Hang Liu

Ionic liquid-assisted exfoliation of graphite oxide for simultaneous reduction and functionalization to graphenes with improved properties

A novel one-step approach for the pH-triggered electrochemically interacted exfoliation of graphene sheets in graphite oxide and simultaneous reduction and functionalization with the aid of the ionic liquid is reported. The developed method shows significant advantages over the conventional functionalized/chemically reduced graphene. Particularly, for the first time, no additional stabilizer or modifier is needed to stabilize the resulting processible graphene dispersion. The prepared graphene oxide and its functionalized graphene are characterized by SEM, TEM, FTIR, UV-vis, XRD, Raman, XPS, and NMR. The results indicate that, with the aid of the IL during the reaction, the resulting functionalized graphene shows improved organophilicity, good wettability and improved interfacial interactions as well as significant resistance to thermal degradation. The methodology paves a new way for use of the IL as a processing aid and reaction medium to promote chemical functionalization of graphene through the electrochemically interacted exfoliation of graphene sheets and can be expected to provide a new approach with great promise for its organophilic wettability and enhanced interfacial adhesion as well as improved thermal stability. Furthermore, the controlled modifications of graphene nanoreinforcements can also be expected to alter the nature of the interactions between components.
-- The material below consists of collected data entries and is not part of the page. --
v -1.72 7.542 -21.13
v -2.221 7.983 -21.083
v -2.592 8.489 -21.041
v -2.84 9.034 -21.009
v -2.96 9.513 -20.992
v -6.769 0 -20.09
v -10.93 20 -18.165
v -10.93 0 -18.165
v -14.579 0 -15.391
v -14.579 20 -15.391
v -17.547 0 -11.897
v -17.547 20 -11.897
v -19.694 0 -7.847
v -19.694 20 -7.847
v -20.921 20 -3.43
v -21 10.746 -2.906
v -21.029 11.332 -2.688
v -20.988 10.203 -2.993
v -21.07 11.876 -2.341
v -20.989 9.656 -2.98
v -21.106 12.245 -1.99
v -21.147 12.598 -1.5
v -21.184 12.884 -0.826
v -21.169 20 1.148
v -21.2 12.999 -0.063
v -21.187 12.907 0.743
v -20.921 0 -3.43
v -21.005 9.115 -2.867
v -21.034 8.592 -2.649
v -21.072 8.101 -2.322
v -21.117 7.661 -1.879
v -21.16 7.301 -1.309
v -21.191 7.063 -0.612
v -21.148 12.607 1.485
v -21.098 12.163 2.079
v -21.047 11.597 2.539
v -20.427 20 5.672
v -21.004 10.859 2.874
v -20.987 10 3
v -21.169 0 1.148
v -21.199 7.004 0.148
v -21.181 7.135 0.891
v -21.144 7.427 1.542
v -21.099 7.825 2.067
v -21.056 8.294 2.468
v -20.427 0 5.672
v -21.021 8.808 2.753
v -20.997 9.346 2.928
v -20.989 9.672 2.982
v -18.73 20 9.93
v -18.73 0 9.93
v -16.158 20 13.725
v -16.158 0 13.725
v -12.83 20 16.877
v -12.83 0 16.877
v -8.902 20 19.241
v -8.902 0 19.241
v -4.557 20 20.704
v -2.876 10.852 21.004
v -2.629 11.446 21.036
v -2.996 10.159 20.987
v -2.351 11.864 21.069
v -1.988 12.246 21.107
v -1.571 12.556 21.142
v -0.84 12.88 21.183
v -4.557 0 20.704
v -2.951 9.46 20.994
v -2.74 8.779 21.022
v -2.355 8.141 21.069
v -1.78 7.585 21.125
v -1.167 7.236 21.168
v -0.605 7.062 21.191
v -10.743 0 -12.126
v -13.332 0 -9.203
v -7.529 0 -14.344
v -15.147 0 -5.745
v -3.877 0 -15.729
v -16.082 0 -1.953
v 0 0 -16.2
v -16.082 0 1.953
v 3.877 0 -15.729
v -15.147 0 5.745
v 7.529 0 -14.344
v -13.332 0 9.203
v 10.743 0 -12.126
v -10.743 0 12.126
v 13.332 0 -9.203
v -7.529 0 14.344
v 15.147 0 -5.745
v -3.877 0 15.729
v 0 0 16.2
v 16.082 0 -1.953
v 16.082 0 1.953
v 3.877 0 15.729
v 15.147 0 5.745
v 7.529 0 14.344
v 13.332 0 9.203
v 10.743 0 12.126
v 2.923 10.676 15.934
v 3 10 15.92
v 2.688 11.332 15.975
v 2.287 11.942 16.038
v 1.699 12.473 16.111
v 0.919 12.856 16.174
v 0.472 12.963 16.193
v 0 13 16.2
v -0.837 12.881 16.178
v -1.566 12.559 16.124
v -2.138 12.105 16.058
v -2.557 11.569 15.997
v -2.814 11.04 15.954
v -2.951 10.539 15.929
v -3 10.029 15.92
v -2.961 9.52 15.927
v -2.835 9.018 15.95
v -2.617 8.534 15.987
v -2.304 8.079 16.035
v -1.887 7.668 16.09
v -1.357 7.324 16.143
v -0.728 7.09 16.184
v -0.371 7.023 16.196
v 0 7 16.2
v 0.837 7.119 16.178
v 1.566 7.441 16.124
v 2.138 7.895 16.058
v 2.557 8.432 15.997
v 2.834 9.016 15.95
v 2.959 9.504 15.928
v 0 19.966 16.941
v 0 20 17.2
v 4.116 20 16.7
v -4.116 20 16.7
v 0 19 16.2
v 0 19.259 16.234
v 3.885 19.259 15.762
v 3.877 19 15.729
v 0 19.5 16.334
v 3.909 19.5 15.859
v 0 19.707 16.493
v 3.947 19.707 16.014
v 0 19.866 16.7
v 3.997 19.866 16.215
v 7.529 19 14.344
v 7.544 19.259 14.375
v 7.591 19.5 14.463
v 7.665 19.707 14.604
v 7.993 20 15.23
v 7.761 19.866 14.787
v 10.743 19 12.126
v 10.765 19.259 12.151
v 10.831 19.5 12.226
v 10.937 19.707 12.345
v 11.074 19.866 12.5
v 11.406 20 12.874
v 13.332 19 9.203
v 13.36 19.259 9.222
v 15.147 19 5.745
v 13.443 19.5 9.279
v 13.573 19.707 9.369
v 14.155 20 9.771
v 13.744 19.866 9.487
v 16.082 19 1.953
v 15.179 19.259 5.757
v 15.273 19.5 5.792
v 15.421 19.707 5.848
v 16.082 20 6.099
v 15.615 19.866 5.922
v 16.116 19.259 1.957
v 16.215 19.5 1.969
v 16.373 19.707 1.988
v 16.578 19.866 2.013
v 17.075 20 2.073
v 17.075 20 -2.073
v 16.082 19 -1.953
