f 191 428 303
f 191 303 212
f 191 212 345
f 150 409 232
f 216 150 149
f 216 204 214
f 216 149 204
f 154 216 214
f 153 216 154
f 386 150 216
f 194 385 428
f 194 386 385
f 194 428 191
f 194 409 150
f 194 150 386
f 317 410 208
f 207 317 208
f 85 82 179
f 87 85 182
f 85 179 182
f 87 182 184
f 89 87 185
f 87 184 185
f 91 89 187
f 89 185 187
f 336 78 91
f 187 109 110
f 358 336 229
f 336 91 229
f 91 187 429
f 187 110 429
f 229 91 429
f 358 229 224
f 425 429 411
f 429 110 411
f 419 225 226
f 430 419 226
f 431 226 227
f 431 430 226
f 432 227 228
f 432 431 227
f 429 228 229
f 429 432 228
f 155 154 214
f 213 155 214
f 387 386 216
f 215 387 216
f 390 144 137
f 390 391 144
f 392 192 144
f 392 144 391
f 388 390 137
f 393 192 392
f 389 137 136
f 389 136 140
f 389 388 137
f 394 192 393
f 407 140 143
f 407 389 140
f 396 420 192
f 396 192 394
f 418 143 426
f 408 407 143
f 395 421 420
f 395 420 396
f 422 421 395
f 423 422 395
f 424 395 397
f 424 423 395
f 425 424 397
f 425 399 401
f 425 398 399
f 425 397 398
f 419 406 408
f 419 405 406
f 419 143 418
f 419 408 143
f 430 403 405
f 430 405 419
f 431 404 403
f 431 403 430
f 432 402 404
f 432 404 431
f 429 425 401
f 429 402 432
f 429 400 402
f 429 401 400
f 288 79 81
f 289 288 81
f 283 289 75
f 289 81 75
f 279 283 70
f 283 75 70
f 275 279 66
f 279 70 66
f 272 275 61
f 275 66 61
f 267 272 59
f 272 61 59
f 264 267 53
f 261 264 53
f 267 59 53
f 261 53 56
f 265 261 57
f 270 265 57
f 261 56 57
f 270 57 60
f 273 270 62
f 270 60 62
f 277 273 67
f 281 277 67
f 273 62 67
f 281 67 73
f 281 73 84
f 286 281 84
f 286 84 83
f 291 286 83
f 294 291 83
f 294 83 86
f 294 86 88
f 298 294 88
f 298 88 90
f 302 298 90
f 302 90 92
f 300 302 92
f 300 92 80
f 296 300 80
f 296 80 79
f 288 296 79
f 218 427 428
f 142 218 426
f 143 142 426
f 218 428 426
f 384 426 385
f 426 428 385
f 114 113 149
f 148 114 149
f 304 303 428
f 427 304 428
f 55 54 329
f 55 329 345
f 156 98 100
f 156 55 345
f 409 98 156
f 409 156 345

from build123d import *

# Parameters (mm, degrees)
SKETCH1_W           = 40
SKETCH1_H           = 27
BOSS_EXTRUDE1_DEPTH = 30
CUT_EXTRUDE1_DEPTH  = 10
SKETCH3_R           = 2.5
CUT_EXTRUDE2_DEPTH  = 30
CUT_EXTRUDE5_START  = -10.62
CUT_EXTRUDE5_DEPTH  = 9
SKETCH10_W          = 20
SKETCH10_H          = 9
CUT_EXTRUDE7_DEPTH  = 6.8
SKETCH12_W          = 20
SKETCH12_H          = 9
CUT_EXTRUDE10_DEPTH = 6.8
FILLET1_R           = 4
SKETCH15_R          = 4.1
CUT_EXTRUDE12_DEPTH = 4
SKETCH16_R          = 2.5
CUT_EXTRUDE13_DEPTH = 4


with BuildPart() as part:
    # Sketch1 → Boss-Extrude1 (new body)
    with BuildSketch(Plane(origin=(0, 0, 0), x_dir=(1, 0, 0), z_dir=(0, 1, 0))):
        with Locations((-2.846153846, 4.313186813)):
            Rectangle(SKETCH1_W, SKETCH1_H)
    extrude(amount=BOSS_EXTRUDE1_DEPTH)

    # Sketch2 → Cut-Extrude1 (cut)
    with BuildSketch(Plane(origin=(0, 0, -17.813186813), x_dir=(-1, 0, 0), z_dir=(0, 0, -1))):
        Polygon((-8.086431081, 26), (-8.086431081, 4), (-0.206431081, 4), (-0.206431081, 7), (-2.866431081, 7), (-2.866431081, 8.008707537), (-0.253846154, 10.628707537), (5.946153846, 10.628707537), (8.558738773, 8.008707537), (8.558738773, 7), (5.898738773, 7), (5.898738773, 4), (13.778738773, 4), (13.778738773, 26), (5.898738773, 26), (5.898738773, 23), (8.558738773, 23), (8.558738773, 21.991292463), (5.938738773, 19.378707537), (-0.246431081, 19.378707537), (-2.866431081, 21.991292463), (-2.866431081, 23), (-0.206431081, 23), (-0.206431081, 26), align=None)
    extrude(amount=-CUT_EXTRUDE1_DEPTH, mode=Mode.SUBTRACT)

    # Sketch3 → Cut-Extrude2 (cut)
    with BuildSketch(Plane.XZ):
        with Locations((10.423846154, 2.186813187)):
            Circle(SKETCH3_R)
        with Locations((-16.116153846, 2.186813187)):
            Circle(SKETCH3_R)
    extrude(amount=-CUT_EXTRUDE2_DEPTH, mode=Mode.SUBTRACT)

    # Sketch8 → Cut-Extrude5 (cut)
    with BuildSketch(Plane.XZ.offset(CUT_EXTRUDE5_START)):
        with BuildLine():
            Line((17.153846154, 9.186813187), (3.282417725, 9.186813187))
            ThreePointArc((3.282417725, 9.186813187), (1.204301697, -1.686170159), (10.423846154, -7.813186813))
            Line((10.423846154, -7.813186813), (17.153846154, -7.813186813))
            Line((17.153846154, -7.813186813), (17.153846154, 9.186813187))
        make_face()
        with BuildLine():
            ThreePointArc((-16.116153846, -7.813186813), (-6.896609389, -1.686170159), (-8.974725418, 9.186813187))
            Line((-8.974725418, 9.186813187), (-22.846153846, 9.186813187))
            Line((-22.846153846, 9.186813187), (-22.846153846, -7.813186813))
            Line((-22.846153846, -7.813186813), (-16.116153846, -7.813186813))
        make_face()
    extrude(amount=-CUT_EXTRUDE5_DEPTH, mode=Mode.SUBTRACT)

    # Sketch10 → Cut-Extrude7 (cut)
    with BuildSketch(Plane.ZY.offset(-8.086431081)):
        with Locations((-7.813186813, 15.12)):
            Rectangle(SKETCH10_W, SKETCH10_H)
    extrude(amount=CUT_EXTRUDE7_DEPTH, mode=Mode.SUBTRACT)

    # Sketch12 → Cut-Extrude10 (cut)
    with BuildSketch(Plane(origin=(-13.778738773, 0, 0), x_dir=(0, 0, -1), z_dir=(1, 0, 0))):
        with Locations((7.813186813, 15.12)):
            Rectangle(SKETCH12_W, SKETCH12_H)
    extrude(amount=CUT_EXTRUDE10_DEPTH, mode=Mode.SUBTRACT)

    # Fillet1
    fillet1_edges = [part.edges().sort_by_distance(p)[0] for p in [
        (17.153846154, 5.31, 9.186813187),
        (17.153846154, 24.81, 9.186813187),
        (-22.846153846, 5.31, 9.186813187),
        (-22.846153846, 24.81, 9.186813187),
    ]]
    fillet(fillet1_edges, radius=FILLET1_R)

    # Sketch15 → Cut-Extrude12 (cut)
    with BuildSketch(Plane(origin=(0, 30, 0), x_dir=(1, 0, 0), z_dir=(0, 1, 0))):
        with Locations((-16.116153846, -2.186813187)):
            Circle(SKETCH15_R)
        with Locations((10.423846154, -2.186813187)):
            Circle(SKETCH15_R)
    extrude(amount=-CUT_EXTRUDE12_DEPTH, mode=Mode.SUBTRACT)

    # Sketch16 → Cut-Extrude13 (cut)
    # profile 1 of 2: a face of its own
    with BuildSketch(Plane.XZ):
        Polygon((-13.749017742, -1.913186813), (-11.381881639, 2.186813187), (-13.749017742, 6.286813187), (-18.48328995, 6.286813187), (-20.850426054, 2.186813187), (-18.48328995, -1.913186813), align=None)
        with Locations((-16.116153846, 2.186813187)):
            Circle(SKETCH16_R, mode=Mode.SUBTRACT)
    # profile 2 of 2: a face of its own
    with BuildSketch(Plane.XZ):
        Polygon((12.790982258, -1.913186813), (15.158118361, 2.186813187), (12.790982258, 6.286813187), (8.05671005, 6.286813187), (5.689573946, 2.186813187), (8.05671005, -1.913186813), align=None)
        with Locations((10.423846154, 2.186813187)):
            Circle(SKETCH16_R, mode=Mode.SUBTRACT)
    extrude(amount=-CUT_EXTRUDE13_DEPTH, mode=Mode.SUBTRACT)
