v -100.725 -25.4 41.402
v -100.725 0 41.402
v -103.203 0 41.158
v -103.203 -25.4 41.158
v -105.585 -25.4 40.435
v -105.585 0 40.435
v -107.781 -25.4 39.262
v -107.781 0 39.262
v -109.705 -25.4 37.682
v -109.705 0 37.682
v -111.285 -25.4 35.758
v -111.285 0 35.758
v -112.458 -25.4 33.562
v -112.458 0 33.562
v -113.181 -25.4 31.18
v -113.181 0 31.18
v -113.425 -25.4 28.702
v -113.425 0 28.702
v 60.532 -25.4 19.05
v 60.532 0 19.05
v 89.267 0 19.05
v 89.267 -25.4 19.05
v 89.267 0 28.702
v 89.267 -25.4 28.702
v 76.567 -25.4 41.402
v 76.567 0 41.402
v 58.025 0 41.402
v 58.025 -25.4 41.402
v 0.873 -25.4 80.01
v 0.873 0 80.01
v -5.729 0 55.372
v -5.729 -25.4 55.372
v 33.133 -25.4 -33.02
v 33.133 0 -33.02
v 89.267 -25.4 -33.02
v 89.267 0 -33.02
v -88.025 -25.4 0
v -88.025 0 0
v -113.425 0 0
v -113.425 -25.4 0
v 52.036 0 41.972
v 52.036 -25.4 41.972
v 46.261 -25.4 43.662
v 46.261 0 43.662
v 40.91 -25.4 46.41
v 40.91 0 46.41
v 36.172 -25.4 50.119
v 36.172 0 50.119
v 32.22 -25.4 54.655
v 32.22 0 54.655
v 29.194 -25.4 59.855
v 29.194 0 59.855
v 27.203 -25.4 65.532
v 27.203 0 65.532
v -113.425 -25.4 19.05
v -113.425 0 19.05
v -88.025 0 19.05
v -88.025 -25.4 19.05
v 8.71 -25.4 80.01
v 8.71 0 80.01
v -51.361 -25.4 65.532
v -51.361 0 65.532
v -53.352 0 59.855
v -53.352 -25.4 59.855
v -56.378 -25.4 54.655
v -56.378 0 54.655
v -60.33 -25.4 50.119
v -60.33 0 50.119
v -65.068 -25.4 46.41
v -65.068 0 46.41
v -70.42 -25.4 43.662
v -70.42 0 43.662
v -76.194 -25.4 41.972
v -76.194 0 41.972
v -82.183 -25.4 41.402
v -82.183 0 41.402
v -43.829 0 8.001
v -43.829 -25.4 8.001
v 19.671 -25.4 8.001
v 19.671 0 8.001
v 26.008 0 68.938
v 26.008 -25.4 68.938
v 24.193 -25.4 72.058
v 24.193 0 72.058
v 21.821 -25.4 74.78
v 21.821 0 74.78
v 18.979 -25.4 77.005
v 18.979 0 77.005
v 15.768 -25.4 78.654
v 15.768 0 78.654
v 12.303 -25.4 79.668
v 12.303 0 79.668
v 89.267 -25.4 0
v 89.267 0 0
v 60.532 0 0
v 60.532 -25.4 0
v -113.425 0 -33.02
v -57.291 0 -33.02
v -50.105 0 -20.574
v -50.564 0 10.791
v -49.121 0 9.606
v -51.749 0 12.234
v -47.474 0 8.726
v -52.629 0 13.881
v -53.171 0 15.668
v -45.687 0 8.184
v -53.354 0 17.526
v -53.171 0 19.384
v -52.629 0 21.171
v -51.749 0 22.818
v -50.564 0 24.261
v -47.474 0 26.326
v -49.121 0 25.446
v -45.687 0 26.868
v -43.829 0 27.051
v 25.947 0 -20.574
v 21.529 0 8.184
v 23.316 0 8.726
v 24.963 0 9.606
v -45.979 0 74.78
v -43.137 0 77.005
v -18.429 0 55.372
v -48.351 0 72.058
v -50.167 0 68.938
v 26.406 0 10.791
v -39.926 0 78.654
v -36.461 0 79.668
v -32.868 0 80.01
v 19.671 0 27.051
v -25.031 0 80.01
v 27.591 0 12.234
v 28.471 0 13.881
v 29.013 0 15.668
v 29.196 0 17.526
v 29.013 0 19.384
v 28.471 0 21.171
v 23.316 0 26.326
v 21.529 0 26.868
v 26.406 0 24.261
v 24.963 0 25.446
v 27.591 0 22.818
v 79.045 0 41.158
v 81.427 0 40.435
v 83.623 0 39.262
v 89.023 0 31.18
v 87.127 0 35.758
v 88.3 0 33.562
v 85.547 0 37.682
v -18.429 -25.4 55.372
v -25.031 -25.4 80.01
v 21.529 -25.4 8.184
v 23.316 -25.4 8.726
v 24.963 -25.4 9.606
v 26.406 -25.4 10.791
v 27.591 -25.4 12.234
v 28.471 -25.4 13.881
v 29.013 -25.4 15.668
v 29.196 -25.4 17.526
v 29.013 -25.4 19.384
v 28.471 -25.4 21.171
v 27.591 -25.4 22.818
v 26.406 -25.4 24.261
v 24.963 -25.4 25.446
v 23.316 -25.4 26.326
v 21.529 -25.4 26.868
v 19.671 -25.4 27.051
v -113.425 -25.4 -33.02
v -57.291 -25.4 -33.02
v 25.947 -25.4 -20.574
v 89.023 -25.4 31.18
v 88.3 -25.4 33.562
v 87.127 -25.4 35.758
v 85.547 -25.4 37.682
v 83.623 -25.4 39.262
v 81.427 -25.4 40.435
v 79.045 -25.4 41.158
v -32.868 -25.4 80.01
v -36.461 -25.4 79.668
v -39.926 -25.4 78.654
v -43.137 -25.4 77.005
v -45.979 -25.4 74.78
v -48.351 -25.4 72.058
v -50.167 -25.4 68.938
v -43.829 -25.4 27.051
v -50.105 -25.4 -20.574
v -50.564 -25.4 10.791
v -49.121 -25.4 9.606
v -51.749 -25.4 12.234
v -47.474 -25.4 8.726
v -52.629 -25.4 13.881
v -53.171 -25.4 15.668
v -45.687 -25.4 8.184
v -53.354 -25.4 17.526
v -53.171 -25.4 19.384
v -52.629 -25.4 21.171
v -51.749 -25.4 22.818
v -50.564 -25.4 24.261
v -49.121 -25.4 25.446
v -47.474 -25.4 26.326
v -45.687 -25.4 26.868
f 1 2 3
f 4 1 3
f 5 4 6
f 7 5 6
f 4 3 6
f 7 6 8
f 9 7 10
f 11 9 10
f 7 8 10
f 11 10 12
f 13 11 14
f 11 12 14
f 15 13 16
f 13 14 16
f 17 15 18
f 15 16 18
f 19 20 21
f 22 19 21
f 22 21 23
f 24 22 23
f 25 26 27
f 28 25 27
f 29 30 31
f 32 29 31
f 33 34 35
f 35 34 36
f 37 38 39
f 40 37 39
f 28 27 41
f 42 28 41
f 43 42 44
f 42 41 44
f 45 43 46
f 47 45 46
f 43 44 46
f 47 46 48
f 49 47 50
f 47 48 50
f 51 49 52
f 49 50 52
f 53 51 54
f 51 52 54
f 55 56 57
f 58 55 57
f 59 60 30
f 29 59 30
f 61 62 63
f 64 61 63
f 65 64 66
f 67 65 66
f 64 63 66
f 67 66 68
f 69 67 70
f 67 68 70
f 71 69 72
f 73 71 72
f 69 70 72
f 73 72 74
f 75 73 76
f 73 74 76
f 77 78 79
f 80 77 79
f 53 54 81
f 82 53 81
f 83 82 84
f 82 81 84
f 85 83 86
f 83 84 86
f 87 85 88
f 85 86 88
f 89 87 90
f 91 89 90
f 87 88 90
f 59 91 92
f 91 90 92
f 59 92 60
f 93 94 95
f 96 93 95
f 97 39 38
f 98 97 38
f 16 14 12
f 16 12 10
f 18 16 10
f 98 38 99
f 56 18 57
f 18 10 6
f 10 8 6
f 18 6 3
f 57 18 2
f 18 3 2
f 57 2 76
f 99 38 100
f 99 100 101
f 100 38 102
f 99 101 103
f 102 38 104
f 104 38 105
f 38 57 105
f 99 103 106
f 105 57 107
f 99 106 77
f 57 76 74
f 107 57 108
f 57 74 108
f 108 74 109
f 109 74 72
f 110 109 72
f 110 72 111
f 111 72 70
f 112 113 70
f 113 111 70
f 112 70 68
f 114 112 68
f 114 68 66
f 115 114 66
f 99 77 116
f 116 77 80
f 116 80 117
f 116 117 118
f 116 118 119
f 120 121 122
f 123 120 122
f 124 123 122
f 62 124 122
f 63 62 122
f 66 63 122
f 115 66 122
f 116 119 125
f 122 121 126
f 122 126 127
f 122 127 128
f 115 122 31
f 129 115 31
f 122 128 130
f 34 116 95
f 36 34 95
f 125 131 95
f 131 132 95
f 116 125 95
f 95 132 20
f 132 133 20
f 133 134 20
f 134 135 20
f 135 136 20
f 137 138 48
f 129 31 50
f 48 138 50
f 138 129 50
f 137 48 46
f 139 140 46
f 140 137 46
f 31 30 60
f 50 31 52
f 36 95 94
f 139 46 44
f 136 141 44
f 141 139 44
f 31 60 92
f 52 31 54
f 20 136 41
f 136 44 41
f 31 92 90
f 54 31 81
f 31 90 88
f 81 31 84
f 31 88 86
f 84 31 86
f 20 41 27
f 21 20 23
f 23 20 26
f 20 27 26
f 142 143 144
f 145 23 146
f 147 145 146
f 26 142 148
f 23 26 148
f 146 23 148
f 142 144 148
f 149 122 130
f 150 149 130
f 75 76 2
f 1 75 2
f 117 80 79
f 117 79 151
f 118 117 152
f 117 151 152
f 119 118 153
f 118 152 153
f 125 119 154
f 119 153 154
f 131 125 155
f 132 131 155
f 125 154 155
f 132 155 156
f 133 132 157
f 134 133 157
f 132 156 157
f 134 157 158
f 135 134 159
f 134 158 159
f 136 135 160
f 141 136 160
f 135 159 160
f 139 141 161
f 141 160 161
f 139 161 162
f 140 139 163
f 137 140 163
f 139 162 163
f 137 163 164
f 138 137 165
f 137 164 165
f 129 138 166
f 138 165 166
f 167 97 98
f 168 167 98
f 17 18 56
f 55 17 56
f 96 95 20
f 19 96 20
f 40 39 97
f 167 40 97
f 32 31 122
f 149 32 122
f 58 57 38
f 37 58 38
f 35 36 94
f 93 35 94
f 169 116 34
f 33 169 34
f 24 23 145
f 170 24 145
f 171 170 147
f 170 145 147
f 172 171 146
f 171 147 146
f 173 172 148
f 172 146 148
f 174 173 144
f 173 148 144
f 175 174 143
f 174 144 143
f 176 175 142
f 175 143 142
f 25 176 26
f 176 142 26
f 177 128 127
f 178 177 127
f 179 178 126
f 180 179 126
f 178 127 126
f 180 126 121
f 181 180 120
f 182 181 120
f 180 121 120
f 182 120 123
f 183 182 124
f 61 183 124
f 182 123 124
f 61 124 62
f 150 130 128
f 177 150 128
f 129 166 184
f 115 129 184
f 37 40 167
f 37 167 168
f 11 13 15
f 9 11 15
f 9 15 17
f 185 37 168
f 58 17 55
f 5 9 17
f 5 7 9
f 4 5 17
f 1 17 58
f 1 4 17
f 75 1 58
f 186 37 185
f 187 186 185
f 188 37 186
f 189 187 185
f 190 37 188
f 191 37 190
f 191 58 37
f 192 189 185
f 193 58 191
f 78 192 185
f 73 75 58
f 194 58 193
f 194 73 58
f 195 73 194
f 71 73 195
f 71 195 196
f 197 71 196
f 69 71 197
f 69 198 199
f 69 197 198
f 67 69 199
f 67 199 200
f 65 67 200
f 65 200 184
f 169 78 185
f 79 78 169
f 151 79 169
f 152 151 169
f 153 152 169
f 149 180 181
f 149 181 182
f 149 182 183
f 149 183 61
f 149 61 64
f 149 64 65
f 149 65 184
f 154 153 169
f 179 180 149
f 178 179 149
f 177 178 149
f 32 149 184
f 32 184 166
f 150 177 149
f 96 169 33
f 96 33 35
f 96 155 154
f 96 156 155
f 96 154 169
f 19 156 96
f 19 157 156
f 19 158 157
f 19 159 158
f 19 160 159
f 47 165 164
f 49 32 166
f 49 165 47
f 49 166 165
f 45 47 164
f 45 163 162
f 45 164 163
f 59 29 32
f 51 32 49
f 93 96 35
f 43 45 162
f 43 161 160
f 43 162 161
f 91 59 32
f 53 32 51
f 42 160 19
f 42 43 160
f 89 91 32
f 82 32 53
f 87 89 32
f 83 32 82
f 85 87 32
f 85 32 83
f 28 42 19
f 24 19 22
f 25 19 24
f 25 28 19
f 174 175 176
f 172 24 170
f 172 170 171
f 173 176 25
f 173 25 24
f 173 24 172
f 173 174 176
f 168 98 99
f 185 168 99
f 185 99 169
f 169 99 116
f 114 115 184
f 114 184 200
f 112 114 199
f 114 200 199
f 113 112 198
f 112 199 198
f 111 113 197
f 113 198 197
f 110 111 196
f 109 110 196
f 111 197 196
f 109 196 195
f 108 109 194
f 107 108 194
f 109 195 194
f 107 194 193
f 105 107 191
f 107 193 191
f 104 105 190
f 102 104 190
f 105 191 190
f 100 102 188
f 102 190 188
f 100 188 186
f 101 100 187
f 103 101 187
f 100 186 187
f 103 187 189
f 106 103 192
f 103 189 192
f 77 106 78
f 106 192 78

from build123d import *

# Parameters (mm, degrees)
F1_DEPTH = 25.4
F3_DEPTH = 25.4


with BuildPart() as f1:
    # F0 (on Front) → F1 (new body)
    with BuildSketch(Plane.XZ):
        with BuildLine():
            Line((60.532423, 0), (60.532423, 19.05))
            Line((60.532423, 19.05), (89.266929, 19.05))
            Line((89.266929, 19.05), (89.266929, 28.702))
            ThreePointArc((89.266929, 28.702), (85.547185, 37.682256), (76.566929, 41.402))
            Line((76.566929, 41.402), (58.024929, 41.402))
            ThreePointArc((58.024929, 41.402), (38.452915, 48.152025), (27.20289, 65.532))
            ThreePointArc((27.20289, 65.532), (20.452875, 75.959985), (8.709666, 80.01))
            Line((8.709666, 80.01), (0.872661, 80.01))
            Line((0.872661, 80.01), (-5.729071, 55.372))
            Line((-5.729071, 55.372), (-18.429071, 55.372))
            Line((-18.429071, 55.372), (-25.030803, 80.01))
            Line((-25.030803, 80.01), (-32.867808, 80.01))
            ThreePointArc((-32.867808, 80.01), (-44.611017, 75.959985), (-51.361032, 65.532))
            ThreePointArc((-51.361032, 65.532), (-62.611057, 48.152025), (-82.183071, 41.402))
            Line((-82.183071, 41.402), (-100.725071, 41.402))
            ThreePointArc((-100.725071, 41.402), (-109.705327, 37.682256), (-113.425071, 28.702))
            Line((-113.425071, 28.702), (-113.425071, 19.05))
            Line((-113.425071, 19.05), (-88.025071, 19.05))
            Line((-88.025071, 19.05), (-88.025071, 0))
            Line((-88.025071, 0), (-113.425071, 0))
            Line((-113.425071, 0), (-113.425071, -33.02))
            Line((-113.425071, -33.02), (-57.291071, -33.02))
            Line((-57.291071, -33.02), (-50.10537, -20.574))
            Line((-50.10537, -20.574), (25.947228, -20.574))
            Line((25.947228, -20.574), (33.132929, -33.02))
            Line((33.132929, -33.02), (89.266929, -33.02))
Exploration of AgNW/PU nanoweb as ECG textile electrodes and comparison with Ag/AgCl electrodes

This study aims to measure ECG signals by the AgNW/PU nanoweb electrodes, and, to compare with signals measured by the conventional Ag/AgCl electrodes. Finally, to investigate the usage potential of the AgNW/PU nanoweb as ECG textile electrodes. The ECG textile electrodes were fabricated, using the polyurethane (PU) nanoweb (Pardam, s.r.o., Czech Republic) coated with 1 wt% of silver nanowires (AgNW) dispersed in ethanol (KLK Co., Korea). To measure the ECG signals, eight participants (Male:Female=1:1) were collected, and then, the signals were measured at rest-state and stress-state in anechoic chamber using Lead I method. From the measured ECG signals, heart rate (HR) and R-R intervals were acquired by using MP150 (Biopac system Inc., USA) and Acqknowledge (ver. 4.2, Biopac system Inc., USA), and then, analyzed by using Kubios HRV (ver. 2.0., Biosignal Analysis and Medical Imaging Group, Finland). To examine the morphology of the signals, direct visual evaluation was performed. Also, to statistically compare to the signals, Wilcoxon signed-rank test was conducted by using R statistical language and RStudio (1.0.143 ver., RStudio, Inc., USA). As a result, the ECG waveforms measured by the two different types of electrodes looked similar, especially, QRS-complex, P-wave and T-wave as well as R-peaks properly appeared. Also, there was not a significant difference of HR and RR-intervals measured by the two different types of electrodes. It demonstrated that the new AgNW/PU nanoweb electrodes could perform properly as ECG electrodes.

Preparation of a lignin-based vitrimer material and its potential use for recoverable adhesives

A fully biobased vitrimer material with high lignin content is demonstrated. Ozone treated Kraft lignin is cured with sebacic acid epoxy to form bond-exchangeable crosslinked networks. The biobased vitrimer shows excellent shape memory and repairing properties at elevated temperatures. By taking advantage of these features, a promising recoverable adhesive is also demonstrated.

Eco-Friendly Post-Consumer Cotton Waste Recycling for Regenerated Cellulose Fibers

In this study, post-consumer cotton waste was chemically recycled to produce regenerated fibers using eco-friendly alkaline/urea solvent systems. Both white and colored cotton waste was shredded and hydrolyzed using sulfuric acid to reduce the molecular weight of the cotton fibers. Two solvent systems, i.e., sodium hydroxide/urea and lithium hydroxide/urea, were used to dissolve the hydrolyzed cotton to prepare solutions for fiber regeneration by wet spinning. The diameter, morphology, thermal properties, crystallinity, and tensile properties of the regenerated fibers were characterized by SEM, TGA, XRD, and tensile testing. Results showed that, using this recycling method, fibers with tensile properties comparable to current commercial regular rayon fibers made from wood pulp could be produced, and dyes in the original cotton waste could be conserved to produce fibers with intrinsic colors, thus eliminating the need for dyeing processes. This study demonstrated an economical upcycling method for post-consumer cotton waste with environmentally friendly solvents.